The test suite is in `tests/test_pipeline.py` and covers the full pipeline from data loading to sentiment output. Run with:

```bash
uv run pytest
```

| Test | Description |
|------|-------------|
| `test_loader_synthetic_csv` | Verifies `TextLoader` correctly loads a synthetic CSV. |
| `test_loader_missing_column` | Confirms an error is raised when required columns are absent. |
| `test_loader_unsupported_format` | Confirms an error is raised for unsupported file types. |
| `test_loader_returns_copy` | Verifies the loader returns a defensive copy. |
| `test_cleaner_basic_run_on_fomc` | Runs `TextCleaner` on real FOMC data and validates output shape. |
| `test_cleaner_header_removal` | Verifies boilerplate header strings are removed. |
| `test_cleaner_tokenize_fomc` | Checks tokenized output is a non-empty list of strings. |
| `test_cleaner_stem_fomc` | Confirms stemming reduces tokens to root forms. |
| `test_cleaner_percentage_normalization` | Verifies percentages are normalized correctly. |
| `test_cleaner_assigns_id_text` | Confirms each row receives a unique `id_text` identifier. |
| `test_cleaner_missing_column` | Confirms a clear error when the text column is missing. |
| `test_sentiment_hubert_posneg` | Runs Hubert dictionary with `posneg` method and checks score range. |
| `test_sentiment_lm_posneg` | Runs LM dictionary with `posneg` method. |
| `test_sentiment_correa_allwords` | Runs Correa dictionary with `allwords` method. |
| `test_sentiment_text_column_override` | Verifies overriding the text column does not mutate the original DataFrame. |
| `test_sentiment_unknown_dictionary` | Confirms a clear error for unknown dictionary names. |
| `test_sentiment_word_counts_nonzero` | Verifies that matched sentiment word counts are > 0 on real data. |
| `test_public_api_imports` | Confirms the public API imports correctly from the package. |
| `test_version_is_string` | Verifies `__version__` is a valid string. |

---

## 5. Citations

### Lexical Dictionaries

- **Loughran-McDonald (LM)**: Loughran, T. and B. Mcdonald (2011).
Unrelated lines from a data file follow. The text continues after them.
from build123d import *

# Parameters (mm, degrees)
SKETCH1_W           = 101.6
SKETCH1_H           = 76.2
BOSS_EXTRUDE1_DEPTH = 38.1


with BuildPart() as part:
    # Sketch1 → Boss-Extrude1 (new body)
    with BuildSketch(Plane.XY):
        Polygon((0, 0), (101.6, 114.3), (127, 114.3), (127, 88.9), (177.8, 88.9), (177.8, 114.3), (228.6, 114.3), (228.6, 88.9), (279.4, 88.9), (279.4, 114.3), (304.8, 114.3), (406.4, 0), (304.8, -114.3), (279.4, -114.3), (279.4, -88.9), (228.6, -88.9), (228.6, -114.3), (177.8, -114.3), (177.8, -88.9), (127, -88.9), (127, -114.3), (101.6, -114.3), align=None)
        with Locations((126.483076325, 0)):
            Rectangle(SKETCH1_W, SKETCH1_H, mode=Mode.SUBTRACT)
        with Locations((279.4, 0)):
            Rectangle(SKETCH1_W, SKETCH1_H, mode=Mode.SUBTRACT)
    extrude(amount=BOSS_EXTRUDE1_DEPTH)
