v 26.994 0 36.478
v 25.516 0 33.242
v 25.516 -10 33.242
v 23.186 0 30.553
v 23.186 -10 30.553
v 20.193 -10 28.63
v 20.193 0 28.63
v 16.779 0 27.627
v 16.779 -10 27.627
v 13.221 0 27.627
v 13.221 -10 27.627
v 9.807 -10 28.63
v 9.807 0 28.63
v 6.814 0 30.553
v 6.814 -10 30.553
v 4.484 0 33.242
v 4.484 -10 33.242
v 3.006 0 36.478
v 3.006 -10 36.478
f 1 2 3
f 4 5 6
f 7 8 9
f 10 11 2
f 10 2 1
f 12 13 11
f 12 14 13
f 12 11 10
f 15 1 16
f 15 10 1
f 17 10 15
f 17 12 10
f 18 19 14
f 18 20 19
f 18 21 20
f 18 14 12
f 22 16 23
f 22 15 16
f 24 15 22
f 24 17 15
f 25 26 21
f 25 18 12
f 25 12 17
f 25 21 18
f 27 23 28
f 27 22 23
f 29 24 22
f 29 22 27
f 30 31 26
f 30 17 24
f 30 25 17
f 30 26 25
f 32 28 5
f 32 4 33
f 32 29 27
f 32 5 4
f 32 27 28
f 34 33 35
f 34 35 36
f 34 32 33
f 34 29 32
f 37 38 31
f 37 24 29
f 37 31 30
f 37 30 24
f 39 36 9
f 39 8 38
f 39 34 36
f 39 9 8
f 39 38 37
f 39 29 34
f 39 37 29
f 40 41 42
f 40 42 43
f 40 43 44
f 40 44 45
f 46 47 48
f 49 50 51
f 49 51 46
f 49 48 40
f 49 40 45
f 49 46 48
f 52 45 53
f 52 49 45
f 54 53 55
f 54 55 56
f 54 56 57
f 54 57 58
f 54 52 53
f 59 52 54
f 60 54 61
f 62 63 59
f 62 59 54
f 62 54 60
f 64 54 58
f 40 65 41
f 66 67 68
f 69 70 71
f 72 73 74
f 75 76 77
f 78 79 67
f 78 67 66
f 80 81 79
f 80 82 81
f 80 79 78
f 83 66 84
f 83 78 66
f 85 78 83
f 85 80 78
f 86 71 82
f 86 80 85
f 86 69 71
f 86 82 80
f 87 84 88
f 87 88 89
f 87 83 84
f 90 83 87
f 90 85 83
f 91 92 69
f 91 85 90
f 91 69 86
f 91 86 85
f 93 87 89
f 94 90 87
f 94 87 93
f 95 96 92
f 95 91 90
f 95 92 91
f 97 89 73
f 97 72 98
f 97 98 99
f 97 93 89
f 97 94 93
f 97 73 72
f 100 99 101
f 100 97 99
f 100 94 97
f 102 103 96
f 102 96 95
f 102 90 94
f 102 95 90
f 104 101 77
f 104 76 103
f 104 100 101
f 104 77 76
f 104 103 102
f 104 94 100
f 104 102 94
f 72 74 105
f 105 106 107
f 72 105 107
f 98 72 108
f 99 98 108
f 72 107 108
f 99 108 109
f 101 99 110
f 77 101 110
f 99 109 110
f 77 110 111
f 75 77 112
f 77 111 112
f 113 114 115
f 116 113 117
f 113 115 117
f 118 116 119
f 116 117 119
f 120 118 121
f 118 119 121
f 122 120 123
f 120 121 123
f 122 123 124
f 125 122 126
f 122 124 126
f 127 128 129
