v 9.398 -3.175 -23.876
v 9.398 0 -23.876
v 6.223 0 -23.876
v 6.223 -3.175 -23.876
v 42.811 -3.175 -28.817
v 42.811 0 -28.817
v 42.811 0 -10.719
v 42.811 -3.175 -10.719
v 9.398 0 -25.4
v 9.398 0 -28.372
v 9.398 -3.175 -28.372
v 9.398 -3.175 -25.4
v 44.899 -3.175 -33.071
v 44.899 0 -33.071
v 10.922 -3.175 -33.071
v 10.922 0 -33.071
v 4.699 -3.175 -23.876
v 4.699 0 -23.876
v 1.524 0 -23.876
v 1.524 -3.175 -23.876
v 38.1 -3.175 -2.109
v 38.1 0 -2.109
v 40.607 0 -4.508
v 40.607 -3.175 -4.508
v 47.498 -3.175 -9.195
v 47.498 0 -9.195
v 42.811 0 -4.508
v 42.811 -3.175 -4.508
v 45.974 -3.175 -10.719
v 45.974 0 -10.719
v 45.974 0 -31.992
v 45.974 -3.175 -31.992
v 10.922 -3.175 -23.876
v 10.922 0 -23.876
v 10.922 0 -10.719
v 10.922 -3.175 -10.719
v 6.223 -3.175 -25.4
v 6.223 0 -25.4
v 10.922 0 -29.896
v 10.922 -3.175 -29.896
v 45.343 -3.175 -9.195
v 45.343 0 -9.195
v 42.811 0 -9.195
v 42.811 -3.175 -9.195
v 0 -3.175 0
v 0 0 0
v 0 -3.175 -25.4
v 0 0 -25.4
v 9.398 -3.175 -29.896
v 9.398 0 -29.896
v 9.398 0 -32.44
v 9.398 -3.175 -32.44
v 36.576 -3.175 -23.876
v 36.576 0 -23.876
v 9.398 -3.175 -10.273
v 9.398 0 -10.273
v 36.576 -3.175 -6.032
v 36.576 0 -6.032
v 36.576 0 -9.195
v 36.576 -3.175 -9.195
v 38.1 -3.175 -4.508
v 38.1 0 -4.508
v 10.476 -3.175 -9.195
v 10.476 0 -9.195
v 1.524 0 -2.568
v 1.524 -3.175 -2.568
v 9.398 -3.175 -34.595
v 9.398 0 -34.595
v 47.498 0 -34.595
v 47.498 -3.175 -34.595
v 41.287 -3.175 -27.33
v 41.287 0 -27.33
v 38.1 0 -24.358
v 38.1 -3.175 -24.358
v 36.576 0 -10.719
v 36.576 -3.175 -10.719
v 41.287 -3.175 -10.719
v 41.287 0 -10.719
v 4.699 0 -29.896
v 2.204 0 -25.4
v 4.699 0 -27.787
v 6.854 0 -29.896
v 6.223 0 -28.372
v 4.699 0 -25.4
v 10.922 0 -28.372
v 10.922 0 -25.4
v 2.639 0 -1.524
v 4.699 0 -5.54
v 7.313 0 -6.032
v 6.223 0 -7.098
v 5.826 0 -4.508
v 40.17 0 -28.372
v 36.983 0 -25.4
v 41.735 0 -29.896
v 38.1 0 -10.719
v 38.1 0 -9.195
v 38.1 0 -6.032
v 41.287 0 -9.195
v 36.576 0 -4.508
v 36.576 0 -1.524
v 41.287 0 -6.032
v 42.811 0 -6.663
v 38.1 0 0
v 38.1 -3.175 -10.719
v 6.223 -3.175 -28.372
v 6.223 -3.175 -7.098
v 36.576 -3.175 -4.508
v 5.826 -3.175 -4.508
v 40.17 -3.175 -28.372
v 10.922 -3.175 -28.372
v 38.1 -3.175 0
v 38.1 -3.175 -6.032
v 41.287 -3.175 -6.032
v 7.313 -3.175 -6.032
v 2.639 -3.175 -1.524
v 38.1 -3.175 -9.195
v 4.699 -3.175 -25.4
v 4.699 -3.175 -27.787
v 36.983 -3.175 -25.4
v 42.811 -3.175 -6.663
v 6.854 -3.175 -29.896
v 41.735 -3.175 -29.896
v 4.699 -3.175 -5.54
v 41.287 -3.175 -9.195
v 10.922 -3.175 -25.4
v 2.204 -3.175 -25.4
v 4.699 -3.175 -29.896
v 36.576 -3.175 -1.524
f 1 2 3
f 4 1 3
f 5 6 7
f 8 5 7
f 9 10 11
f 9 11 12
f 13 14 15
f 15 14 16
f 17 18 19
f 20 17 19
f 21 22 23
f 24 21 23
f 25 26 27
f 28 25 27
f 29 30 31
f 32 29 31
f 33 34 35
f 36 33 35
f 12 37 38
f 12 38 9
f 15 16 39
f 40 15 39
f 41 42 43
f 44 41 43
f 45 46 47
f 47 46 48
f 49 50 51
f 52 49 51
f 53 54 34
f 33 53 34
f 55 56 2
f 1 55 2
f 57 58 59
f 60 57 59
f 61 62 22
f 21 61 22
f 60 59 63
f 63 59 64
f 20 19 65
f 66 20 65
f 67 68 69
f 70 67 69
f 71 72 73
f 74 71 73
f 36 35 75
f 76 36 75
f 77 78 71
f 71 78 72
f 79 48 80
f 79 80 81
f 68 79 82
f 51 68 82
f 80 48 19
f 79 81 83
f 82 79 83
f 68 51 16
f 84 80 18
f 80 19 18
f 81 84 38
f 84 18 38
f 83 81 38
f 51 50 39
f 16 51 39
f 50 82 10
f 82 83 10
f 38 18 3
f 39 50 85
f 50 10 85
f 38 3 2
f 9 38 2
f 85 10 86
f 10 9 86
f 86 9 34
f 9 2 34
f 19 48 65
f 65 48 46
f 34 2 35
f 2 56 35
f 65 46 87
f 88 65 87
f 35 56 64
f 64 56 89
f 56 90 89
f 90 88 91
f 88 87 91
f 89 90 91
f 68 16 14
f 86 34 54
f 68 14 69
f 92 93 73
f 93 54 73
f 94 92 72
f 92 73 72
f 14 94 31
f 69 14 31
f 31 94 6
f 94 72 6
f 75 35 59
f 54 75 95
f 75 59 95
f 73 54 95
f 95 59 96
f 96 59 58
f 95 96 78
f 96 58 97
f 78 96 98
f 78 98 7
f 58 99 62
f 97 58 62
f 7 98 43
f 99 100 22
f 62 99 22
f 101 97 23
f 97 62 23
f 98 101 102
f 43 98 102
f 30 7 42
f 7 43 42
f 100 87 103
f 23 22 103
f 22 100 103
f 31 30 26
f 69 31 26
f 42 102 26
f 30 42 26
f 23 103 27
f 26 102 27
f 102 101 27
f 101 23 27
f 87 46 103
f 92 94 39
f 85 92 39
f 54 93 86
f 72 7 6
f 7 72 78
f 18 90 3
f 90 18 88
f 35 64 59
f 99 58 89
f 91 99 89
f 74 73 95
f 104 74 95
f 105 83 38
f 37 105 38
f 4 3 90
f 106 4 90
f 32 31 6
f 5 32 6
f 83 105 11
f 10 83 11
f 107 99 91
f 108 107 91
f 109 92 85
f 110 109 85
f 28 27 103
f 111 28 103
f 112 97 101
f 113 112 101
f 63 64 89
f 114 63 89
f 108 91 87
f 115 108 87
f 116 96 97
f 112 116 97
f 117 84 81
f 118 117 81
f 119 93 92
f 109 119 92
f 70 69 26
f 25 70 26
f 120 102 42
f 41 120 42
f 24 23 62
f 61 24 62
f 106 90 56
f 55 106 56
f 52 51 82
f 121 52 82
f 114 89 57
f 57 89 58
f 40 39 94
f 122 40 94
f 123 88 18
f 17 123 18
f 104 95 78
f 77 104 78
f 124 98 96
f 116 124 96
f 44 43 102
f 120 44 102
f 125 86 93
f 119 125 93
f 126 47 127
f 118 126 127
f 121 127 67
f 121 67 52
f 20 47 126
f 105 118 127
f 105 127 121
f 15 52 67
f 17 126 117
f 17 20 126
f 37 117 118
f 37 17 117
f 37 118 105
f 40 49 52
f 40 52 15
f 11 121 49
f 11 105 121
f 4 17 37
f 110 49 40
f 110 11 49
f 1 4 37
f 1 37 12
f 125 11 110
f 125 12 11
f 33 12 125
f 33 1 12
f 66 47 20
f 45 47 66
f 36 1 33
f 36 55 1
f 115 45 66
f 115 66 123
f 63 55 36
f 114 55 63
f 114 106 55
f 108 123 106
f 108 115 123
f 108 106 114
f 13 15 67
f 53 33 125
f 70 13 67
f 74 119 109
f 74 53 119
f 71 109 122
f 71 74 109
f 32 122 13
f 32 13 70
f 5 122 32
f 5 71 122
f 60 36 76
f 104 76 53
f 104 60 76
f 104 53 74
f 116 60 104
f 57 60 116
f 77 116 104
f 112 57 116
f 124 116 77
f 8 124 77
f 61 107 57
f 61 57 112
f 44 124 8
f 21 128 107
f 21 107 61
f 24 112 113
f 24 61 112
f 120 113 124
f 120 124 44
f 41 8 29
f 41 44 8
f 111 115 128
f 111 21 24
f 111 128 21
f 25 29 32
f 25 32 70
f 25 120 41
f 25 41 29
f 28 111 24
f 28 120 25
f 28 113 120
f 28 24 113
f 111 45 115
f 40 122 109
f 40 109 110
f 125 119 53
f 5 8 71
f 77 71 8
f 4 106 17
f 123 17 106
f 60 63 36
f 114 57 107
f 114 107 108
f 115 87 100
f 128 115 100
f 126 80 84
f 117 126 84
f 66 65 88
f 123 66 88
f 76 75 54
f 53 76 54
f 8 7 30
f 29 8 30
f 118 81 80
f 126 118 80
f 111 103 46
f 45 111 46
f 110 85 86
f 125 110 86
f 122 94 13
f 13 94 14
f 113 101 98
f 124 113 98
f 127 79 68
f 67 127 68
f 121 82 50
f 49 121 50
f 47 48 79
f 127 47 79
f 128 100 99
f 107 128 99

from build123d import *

# Parameters (mm, degrees)
F0_W     = 3.175
F0_H     = 2.972425
F1_DEPTH = 3.175


with BuildPart() as f1:
    # F0 (on Front) → F1 (new body)
    with BuildSketch(Plane.XZ):
        Polygon((38.1, 0), (0, 0), (0, -25.4), (4.699, -29.896425), (9.398, -34.595425), (47.498261, -34.595164), (47.498261, -9.195164), (42.811127, -4.508029), align=None)
        Polygon((9.398, -32.440164), (6.854261, -29.896425), (9.398, -29.896425), align=None, mode=Mode.SUBTRACT)
        Polygon((4.699, -27.787109), (2.204346, -25.4), (4.699, -25.4), align=None, mode=Mode.SUBTRACT)
        with Locations((7.8105, -26.886212)):
            Rectangle(F0_W, F0_H, mode=Mode.SUBTRACT)
        Polygon((44.898607, -33.071182), (10.922, -33.071415), (10.922, -29.896425), (41.735466, -29.896425), align=None, mode=Mode.SUBTRACT)
        Polygon((10.922, -28.372425), (10.922, -25.4), (36.982772, -25.4), (40.169899, -28.372425), align=None, mode=Mode.SUBTRACT)
        Polygon((38.1, -24.358034), (38.1, -10.719228), (41.287127, -10.719206), (41.287127, -27.330459), align=None, mode=Mode.SUBTRACT)
        Polygon((42.811127, -10.719196), (45.974261, -10.719174), (45.974261, -31.991563), (42.811127, -28.816814), align=None, mode=Mode.SUBTRACT)
        Polygon((1.524, -23.876), (1.524, -2.567819), (4.699, -5.540244), (4.699, -23.876), align=None, mode=Mode.SUBTRACT)
        Polygon((6.223, -23.876), (6.223, -7.098056), (9.398, -10.273056), (9.398, -23.876), align=None, mode=Mode.SUBTRACT)
        Polygon((10.922, -23.876), (10.922, -10.719415), (36.576, -10.719239), (36.576, -23.876), align=None, mode=Mode.SUBTRACT)
        Polygon((10.475892, -9.195418), (7.312758, -6.032029), (36.576, -6.032029), (36.576, -9.195239), align=None, mode=Mode.SUBTRACT)
        Polygon((5.826084, -4.508029), (2.638957, -1.524), (36.576, -1.524), (36.576, -4.508029), align=None, mode=Mode.SUBTRACT)
        Polygon((38.1, -6.032029), (41.287127, -6.032029), (41.287127, -9.195206), (38.1, -9.195228), align=None, mode=Mode.SUBTRACT)
        Polygon((42.811127, -9.195196), (42.811127, -6.663291), (45.343015, -9.195178), align=None, mode=Mode.SUBTRACT)
        Polygon((38.1, -4.508029), (38.1, -2.109316), (40.606781, -4.508029), align=None, mode=Mode.SUBTRACT)
    extrude(amount=F1_DEPTH)


solid = f1.part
When Is a Liability Not a Liability? Textual Analysis, Dictionaries, and 10-Ks. *The Journal of Finance* 66, 35–65.
- **Correa**: Correa, R., K. Garud, J. Londono, and N. Mislang (2017). Sentiment in Central Bank as Financial Stability Reports. *Board of Governors of the Federal Reserve System Research Series*. International Finance Discussion Paper 1203.
- **Hubert**: Hubert, P. and F. Labondance (2021). The signaling effects of central bank tone. *European Economic Review* 133, 103684.
- **General Inquirer (HIV)**:
  - Stone, Philip J., Dexter C. Dunphy, and Marshall S. Smith. "The general inquirer: A computer approach to content analysis." (1966).
  - Lasswell, Harold Dwight, and Nathan Constantin Leites. "Language of politics: Studies in quantitative semantics." (1966).
- **Apel-Blix Grimaldi (AP)**: Apel, M. and M. Blix Grimaldi (2014). How Informative Are Central Bank Minutes? *Review of Economics* 65(1), 53-76.
- **Bennani-Neuenkirch (BN)**: Bennani, H. and M. Neuenkirch (2017). The (Home) Bias of European Central Bankers: New Evidence Based on Speeches. *Applied Economics* 49(11), 1114-1131.

---

## 6. Scripts and Notebooks

### 6.1 `src/data/` (Data Pipelines & Orchestration)
The `src/data/` folder contains orchestration scripts used to fetch external datasets and orchestrate sentiment analysis runs. These scripts function as standalone execution entry points.
- `cb_speeches_download.py`: Ingests the central bank speeches dataset from cbsspeeches.org and partitions the data into `data/raw/`.
- `cb_speeches_clean.py`: Orchestrates the `AutoEconSentiment` pipeline specifically for the CBS speeches dataset, producing the sentiment outputs locally.

### 6.2 `notebooks/` (Exploration & Demos)
The `notebooks/` folder contains exploratory data analysis (EDA) and demonstration Jupyter Notebooks. These notebooks consume the processed data generated by the `src/data/` orchestration scripts. 
- `autoecon_demo.ipynb`: A general walkthrough demo.
- `demo_cb_speechs.ipynb`: An interactive output visualization notebook showcasing results processed by `cb_speeches_clean.py`.